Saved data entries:
_ _ _

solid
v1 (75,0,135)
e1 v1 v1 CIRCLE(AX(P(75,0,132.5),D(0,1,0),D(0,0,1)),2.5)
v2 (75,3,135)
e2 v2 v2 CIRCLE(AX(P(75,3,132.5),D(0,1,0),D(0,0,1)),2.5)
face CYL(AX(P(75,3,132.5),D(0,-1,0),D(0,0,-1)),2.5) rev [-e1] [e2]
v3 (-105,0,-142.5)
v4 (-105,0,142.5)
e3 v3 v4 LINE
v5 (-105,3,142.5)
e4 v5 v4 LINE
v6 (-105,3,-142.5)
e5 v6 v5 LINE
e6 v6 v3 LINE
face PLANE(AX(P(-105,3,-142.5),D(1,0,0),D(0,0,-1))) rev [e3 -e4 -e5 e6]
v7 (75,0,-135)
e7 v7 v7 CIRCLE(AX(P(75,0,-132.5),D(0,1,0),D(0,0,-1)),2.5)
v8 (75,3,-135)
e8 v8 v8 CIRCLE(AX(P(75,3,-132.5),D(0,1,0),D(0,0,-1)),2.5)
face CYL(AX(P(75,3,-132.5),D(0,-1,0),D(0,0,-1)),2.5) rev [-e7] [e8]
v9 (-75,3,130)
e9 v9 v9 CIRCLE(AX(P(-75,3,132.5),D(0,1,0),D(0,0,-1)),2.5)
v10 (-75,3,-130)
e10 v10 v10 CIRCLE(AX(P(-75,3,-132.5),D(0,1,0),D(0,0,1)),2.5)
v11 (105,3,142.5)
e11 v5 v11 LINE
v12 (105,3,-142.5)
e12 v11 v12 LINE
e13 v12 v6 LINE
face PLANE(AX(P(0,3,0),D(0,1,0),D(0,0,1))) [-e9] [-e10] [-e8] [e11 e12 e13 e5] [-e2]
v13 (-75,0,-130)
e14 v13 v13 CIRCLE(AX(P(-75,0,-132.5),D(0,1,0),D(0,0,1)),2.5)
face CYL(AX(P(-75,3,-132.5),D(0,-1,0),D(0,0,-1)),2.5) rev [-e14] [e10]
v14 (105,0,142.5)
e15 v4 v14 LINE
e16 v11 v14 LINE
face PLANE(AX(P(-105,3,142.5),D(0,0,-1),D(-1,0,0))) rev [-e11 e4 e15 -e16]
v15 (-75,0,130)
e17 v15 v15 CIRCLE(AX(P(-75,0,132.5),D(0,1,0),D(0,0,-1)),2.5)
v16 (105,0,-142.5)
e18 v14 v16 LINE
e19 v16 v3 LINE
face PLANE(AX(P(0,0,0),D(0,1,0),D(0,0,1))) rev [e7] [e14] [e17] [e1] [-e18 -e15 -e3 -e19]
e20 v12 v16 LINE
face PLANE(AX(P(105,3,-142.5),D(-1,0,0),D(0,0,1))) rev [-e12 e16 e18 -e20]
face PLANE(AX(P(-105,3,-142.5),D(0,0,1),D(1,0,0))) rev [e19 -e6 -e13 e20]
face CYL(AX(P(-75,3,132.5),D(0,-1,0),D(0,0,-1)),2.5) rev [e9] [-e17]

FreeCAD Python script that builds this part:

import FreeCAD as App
import Part
import Sketcher
from FreeCAD import Vector
Q = App.Units.Quantity


def add_polygon(sketch, points):
    """Adds a closed chain of lines whose ends are joined by coincident constraints."""
    first, n = sketch.GeometryCount, len(points)
    for a, b in zip(points, points[1:] + points[:1]):
        sketch.addGeometry(Part.LineSegment(App.Vector(*a, 0), App.Vector(*b, 0)), False)
    for i in range(n):
        sketch.addConstraint(Sketcher.Constraint("Coincident", first + i, 2, first + (i + 1) % n, 1))

doc = App.newDocument("Part")
params = doc.addObject("Spreadsheet::Sheet", "Params")
for row, (alias, value) in enumerate([
    ("sketch1_diameter", "5 mm"),
    ("sketch1_width", "210 mm"),
    ("sketch1_height", "285 mm"),
    ("pad1_length", "3 mm"),
], start=1):
    params.set(f"A{row}", alias)
    params.set(f"B{row}", "=" + value)
    params.setAlias(f"B{row}", alias)

body = doc.addObject("PartDesign::Body", "Body")

# Sketch on XZ plane
sketch1 = body.newObject("Sketcher::SketchObject", "Sketch")
sketch1.AttachmentSupport = (doc.getObject("XZ_Plane"), [""])
sketch1.MapMode = "FlatFace"
add_polygon(sketch1, [(-105, -142.5), (-105, 142.5), (105, 142.5), (105, -142.5)])  # lines 0-3
sketch1.addGeometry(Part.Circle(Vector(-75, 132.5, 0), Vector(0, 0, 1), 2.5), False)  # 4
sketch1.addGeometry(Part.Circle(Vector(75, 132.5, 0), Vector(0, 0, 1), 2.5), False)  # 5
sketch1.addGeometry(Part.Circle(Vector(-75, -132.5, 0), Vector(0, 0, 1), 2.5), False)  # 6
sketch1.addGeometry(Part.Circle(Vector(75, -132.5, 0), Vector(0, 0, 1), 2.5), False)  # 7
sketch1.addConstraint([
    Sketcher.Constraint("Vertical", 0),
    Sketcher.Constraint("Horizontal", 1),
    Sketcher.Constraint("Vertical", 2),
    Sketcher.Constraint("Horizontal", 3),
    Sketcher.Constraint("Equal", 4, 5),
    Sketcher.Constraint("Equal", 5, 6),
    Sketcher.Constraint("Equal", 6, 7),
    Sketcher.Constraint("Symmetric", 5, 3, 6, 3, -1, 1),
    Sketcher.Constraint("Symmetric", 4, 3, 7, 3, -1, 1),
    Sketcher.Constraint("Symmetric", 0, 2, 2, 2, -1, 1),
    Sketcher.Constraint("Symmetric", 4, 3, 5, 3, -2),
    Sketcher.Constraint("Diameter", 4, Q("5 mm")),
    Sketcher.Constraint("DistanceX", 1, 1, 1, 2, Q("210 mm")),
    Sketcher.Constraint("DistanceY", 0, 1, 0, 2, Q("285 mm")),
    Sketcher.Constraint("DistanceX", 4, 3, -1, 1, Q("75 mm")),
    Sketcher.Constraint("DistanceY", 6, 3, 4, 3, Q("265 mm")),
])
sketch1.setExpression("Constraints[15]", "Params.sketch1_diameter")
sketch1.setExpression("Constraints[16]", "Params.sketch1_width")
sketch1.setExpression("Constraints[17]", "Params.sketch1_height")
pad1 = body.newObject("PartDesign::Pad", "Pad")
pad1.Profile = sketch1
pad1.setExpression("Length", "Params.pad1_length")
pad1.Reversed = True

doc.recompute()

_ _ _

ACTIVITY:
Could you write out, exactly as they stand, only the lines above that begin at the line with "v6 (-105,3,-142.5)" and stop after the line with "v10 (-75,3,-130)"?

RESULT OF THE EXERCISE:
v6 (-105,3,-142.5)
e5 v6 v5 LINE
e6 v6 v3 LINE
face PLANE(AX(P(-105,3,-142.5),D(1,0,0),D(0,0,-1))) rev [e3 -e4 -e5 e6]
v7 (75,0,-135)
e7 v7 v7 CIRCLE(AX(P(75,0,-132.5),D(0,1,0),D(0,0,-1)),2.5)
v8 (75,3,-135)
e8 v8 v8 CIRCLE(AX(P(75,3,-132.5),D(0,1,0),D(0,0,-1)),2.5)
face CYL(AX(P(75,3,-132.5),D(0,-1,0),D(0,0,-1)),2.5) rev [-e7] [e8]
v9 (-75,3,130)
e9 v9 v9 CIRCLE(AX(P(-75,3,132.5),D(0,1,0),D(0,0,-1)),2.5)
v10 (-75,3,-130)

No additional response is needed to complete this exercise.